Федор Сологуб - Том 3. Слаще яда
Шаня торопилась переехать. С утра она отправлялась в магазины, покупала мебель и разные вещи, выбирала обои, раза по два в день заезжала на свою квартиру посмотреть, как там красят, оклеивают, моют, вешают гардины и портьеры.
Наконец квартира была готова. Шаня наняла горничную и кухарку, перевезла от дяди Жглова свои чемоданы и картонки и принялась окончательно устраивать свою новую квартиру.

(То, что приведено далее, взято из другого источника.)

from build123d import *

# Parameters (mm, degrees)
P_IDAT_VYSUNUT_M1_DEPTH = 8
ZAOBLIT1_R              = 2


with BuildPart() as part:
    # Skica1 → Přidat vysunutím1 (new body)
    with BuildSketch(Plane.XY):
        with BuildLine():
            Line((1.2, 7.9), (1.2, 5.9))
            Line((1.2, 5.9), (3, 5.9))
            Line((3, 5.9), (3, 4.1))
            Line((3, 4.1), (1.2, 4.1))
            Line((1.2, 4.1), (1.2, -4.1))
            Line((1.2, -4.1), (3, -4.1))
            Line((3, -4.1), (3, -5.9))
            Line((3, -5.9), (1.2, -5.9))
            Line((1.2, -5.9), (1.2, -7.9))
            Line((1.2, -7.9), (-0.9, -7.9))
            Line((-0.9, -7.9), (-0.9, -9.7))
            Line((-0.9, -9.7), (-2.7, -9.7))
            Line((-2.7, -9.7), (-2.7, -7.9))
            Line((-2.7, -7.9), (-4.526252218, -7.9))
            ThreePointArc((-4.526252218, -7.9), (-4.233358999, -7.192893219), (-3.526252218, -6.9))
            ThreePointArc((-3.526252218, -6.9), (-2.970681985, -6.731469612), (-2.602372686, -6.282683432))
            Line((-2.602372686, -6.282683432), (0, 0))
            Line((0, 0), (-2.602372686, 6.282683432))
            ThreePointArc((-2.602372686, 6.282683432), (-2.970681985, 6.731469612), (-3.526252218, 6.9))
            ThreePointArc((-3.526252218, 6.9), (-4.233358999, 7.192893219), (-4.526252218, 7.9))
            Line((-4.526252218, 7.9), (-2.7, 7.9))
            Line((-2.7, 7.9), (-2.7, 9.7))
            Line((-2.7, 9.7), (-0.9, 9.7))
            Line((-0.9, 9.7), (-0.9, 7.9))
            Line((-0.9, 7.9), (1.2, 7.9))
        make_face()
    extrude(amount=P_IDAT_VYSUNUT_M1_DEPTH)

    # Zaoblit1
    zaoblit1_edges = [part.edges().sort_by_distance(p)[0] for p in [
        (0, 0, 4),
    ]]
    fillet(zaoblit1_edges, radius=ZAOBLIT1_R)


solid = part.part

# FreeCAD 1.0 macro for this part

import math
import FreeCAD as App
import Part
import Sketcher

V = App.Vector
Q = App.Units.Quantity


def edges_at(feature, points):
    """Names of the edges that pass closest to the given points."""
    edges = feature.Shape.Edges
    near = lambda p: min(range(len(edges)), key=lambda i: edges[i].distToShape(Part.Vertex(*p))[0])
    return sorted({f"Edge{near(p) + 1}" for p in points})

doc = App.newDocument("Part")
body = doc.addObject("PartDesign::Body", "Body")

# Sketch on XY plane
sketch1 = body.newObject("Sketcher::SketchObject", "Sketch")
sketch1.AttachmentSupport = (doc.getObject("XY_Plane"), [""])
sketch1.MapMode = "FlatFace"
sketch1.addGeometry([
    Part.LineSegment(V(1.2, 5.9, 0), V(1.2, 7.9, 0)),  # 0
    Part.LineSegment(V(1.2, 7.9, 0), V(-0.9, 7.9, 0)),  # 1
    Part.LineSegment(V(-0.9, 7.9, 0), V(-0.9, 9.7, 0)),  # 2
    Part.LineSegment(V(-0.9, 9.7, 0), V(-2.7, 9.7, 0)),  # 3
    Part.LineSegment(V(-2.7, 9.7, 0), V(-2.7, 7.9, 0)),  # 4
    Part.LineSegment(V(-2.7, 7.9, 0), V(-4.5, 7.9, 0)),  # 5
    Part.ArcOfCircle(Part.Circle(V(-3.5, 7.9, 0), V(0, 0, 1), 1), math.radians(-180), math.radians(-90)),  # 6
    Part.ArcOfCircle(Part.Circle(V(-3.5, 5.9, 0), V(0, 0, 1), 1), math.radians(22), math.radians(90)),  # 7
    Part.LineSegment(V(-2.6, 6.3, 0), V(0, 0, 0)),  # 8
    Part.LineSegment(V(0, 0, 0), V(-2.6, -6.3, 0)),  # 9
    Part.ArcOfCircle(Part.Circle(V(-3.5, -5.9, 0), V(0, 0, 1), 1), math.radians(-90), math.radians(-22)),  # 10
    Part.ArcOfCircle(Part.Circle(V(-3.5, -7.9, 0), V(0, 0, 1), 1), math.radians(90), math.radians(180)),  # 11
    Part.LineSegment(V(-4.5, -7.9, 0), V(-2.7, -7.9, 0)),  # 12
    Part.LineSegment(V(-2.7, -7.9, 0), V(-2.7, -9.7, 0)),  # 13
    Part.LineSegment(V(-2.7, -9.7, 0), V(-0.9, -9.7, 0)),  # 14
    Part.LineSegment(V(-0.9, -9.7, 0), V(-0.9, -7.9, 0)),  # 15
    Part.LineSegment(V(-0.9, -7.9, 0), V(1.2, -7.9, 0)),  # 16
    Part.LineSegment(V(1.2, -7.9, 0), V(1.2, -5.9, 0)),  # 17
    Part.LineSegment(V(1.2, -5.9, 0), V(3, -5.9, 0)),  # 18
    Part.LineSegment(V(3, -5.9, 0), V(3, -4.1, 0)),  # 19
    Part.LineSegment(V(3, -4.1, 0), V(1.2, -4.1, 0)),  # 20
    Part.LineSegment(V(1.2, -4.1, 0), V(1.2, 4.1, 0)),  # 21
    Part.LineSegment(V(1.2, 4.1, 0), V(3, 4.1, 0)),  # 22
    Part.LineSegment(V(3, 4.1, 0), V(3, 5.9, 0)),  # 23
    Part.LineSegment(V(3, 5.9, 0), V(1.2, 5.9, 0)),  # 24
], False)
sketch1.addConstraint([
    Sketcher.Constraint("Coincident", 0, 2, 1, 1),
    Sketcher.Constraint("Coincident", 1, 2, 2, 1),
    Sketcher.Constraint("Coincident", 2, 2, 3, 1),
    Sketcher.Constraint("Coincident", 3, 2, 4, 1),
    Sketcher.Constraint("Coincident", 4, 2, 5, 1),
    Sketcher.Constraint("Coincident", 5, 2, 6, 1),
    Sketcher.Constraint("Tangent", 6, 2, 7, 2),
    Sketcher.Constraint("Tangent", 7, 1, 8, 1),
    Sketcher.Constraint("Coincident", 8, 2, 9, 1),
    Sketcher.Constraint("Tangent", 9, 2, 10, 2),
    Sketcher.Constraint("Tangent", 10, 1, 11, 1),
    Sketcher.Constraint("Coincident", 11, 2, 12, 1),
    Sketcher.Constraint("Coincident", 12, 2, 13, 1),
    Sketcher.Constraint("Coincident", 13, 2, 14, 1),
    Sketcher.Constraint("Coincident", 14, 2, 15, 1),
    Sketcher.Constraint("Coincident", 15, 2, 16, 1),
    Sketcher.Constraint("Coincident", 16, 2, 17, 1),
    Sketcher.Constraint("Coincident", 17, 2, 18, 1),
    Sketcher.Constraint("Coincident", 18, 2, 19, 1),
    Sketcher.Constraint("Coincident", 19, 2, 20, 1),
    Sketcher.Constraint("Coincident", 20, 2, 21, 1),
    Sketcher.Constraint("Coincident", 21, 2, 22, 1),
    Sketcher.Constraint("Coincident", 22, 2, 23, 1),
    Sketcher.Constraint("Coincident", 23, 2, 24, 1),
    Sketcher.Constraint("Coincident", 24, 2, 0, 1),
    Sketcher.Constraint("Vertical", 0),
    Sketcher.Constraint("Horizontal", 1),
    Sketcher.Constraint("Vertical", 2),
    Sketcher.Constraint("Horizontal", 3),
    Sketcher.Constraint("Vertical", 4),
    Sketcher.Constraint("Horizontal", 5),
    Sketcher.Constraint("Horizontal", 12),
    Sketcher.Constraint("Vertical", 13),
    Sketcher.Constraint("Horizontal", 14),
    Sketcher.Constraint("Vertical", 15),
    Sketcher.Constraint("Horizontal", 16),
    Sketcher.Constraint("Vertical", 17),
    Sketcher.Constraint("Horizontal", 18),
    Sketcher.Constraint("Vertical", 19),
    Sketcher.Constraint("Horizontal", 20),
    Sketcher.Constraint("Vertical", 21),
    Sketcher.Constraint("Horizontal", 22),
    Sketcher.Constraint("Vertical", 23),
    Sketcher.Constraint("Horizontal", 24),
    Sketcher.Constraint("Coincident", 8, 2, -1, 1),
    Sketcher.Constraint("Equal", 6, 7),
    Sketcher.Constraint("Equal", 7, 10),
    Sketcher.Constraint("Equal", 10, 11),
    Sketcher.Constraint("Symmetric", 7, 3, 10, 3, -1),
    Sketcher.Constraint("Symmetric", 5, 2, 11, 2, -1),
    Sketcher.Constraint("Symmetric", 3, 2, 13, 2, -1),
    Sketcher.Constraint("Symmetric", 1, 2, 15, 2, -1),
    Sketcher.Constraint("Symmetric", 19, 2, 22, 2, -1),
    Sketcher.Constraint("Symmetric", 17, 2, 24, 2, -1),
    Sketcher.Constraint("Horizontal", 6, 3, 0, 2),
    Sketcher.Constraint("Horizontal", 1, 2, 4, 2),
    Sketcher.Constraint("Horizontal", 10, 3, 17, 2),
    Sketcher.Constraint("Vertical", 6, 3, 7, 3),
    Sketcher.Constraint("Vertical", 17, 2, 20, 2),
    Sketcher.Constraint("Equal", 14, 18),
    Sketcher.Constraint("Equal", 24, 2),
    Sketcher.Constraint("Equal", 15, 19),
    Sketcher.Constraint("Radius", 6, 1.0),
    Sketcher.Constraint("DistanceX", 1, 2, 1, 1, 2.1),
    Sketcher.Constraint("DistanceX", 3, 2, 3, 1, 1.8),
    Sketcher.Constraint("DistanceY", 21, 1, 21, 2, 8.2),
    Sketcher.Constraint("DistanceX", -1, 1, 18, 2, 3.0),
    Sketcher.Constraint("Angle", 8, Q("-67.5 deg")),
])
pad1 = body.newObject("PartDesign::Pad", "Pad")
pad1.Profile = sketch1
pad1.Length = 8
doc.recompute()

fillet = body.newObject("PartDesign::Fillet", "Fillet")
fillet.Base = (pad1, edges_at(pad1, [(0, 0, 4)]))
fillet.Radius = 2

doc.recompute()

Шаня была в большом восторге от того, что у нее первый раз своя собственная квартира, – уют, красивые, светлые обои, цветы, в саду беседка, качели, аллейки веселых кленов, березок и боярышника, несколько груш, рябин, за садом огород. И опять пахнет не городскою пылью и не асфальтами тротуаров, а вечно милою землею и осенними умильными листьями. А если пройти через огород, открыть калитку, по шаткому мостику перейти через речку, – да ее и вброд легко перейти, – и входишь в пригородный бор, задумчивый и чистый. А когда Евгений первый раз пришел к Шане, то ему все не нравилось. Он придирчиво порицал все то, что считал признаком мещанства, в обстановке Шаниной квартиры. Он ворчал:
– Придумала, где нанять! Какая-то трущоба! Ни один порядочный человек в таких местах жить не станет.
– А мне нравится, – говорила Шаня, – много простора и света, и тихо.
– Ход со двора, – ворчал Евгений.
– Двор чистый, – возражала Шаня.
Все-таки Евгений стал приводить к Шане своих товарищей. Шане эти молодые люди не нравились. Они были очень развязны, смотрели на Шаню неприятно-ласковыми глазами и говорили ей преувеличенные комплименты.
Юлия ходила к Шане часто. Привела и своего провизора. Оказалось, что он похож на музыканта и обладает блистательными зубами, нежною душою и роскошною шевелюрою.
Стали приходить к Шане на эту квартиру многие люди: студенты, курсистки, актеры, рабочие, сотрудники газет, музыканты, адвокаты, врачи, – все больше молодежь.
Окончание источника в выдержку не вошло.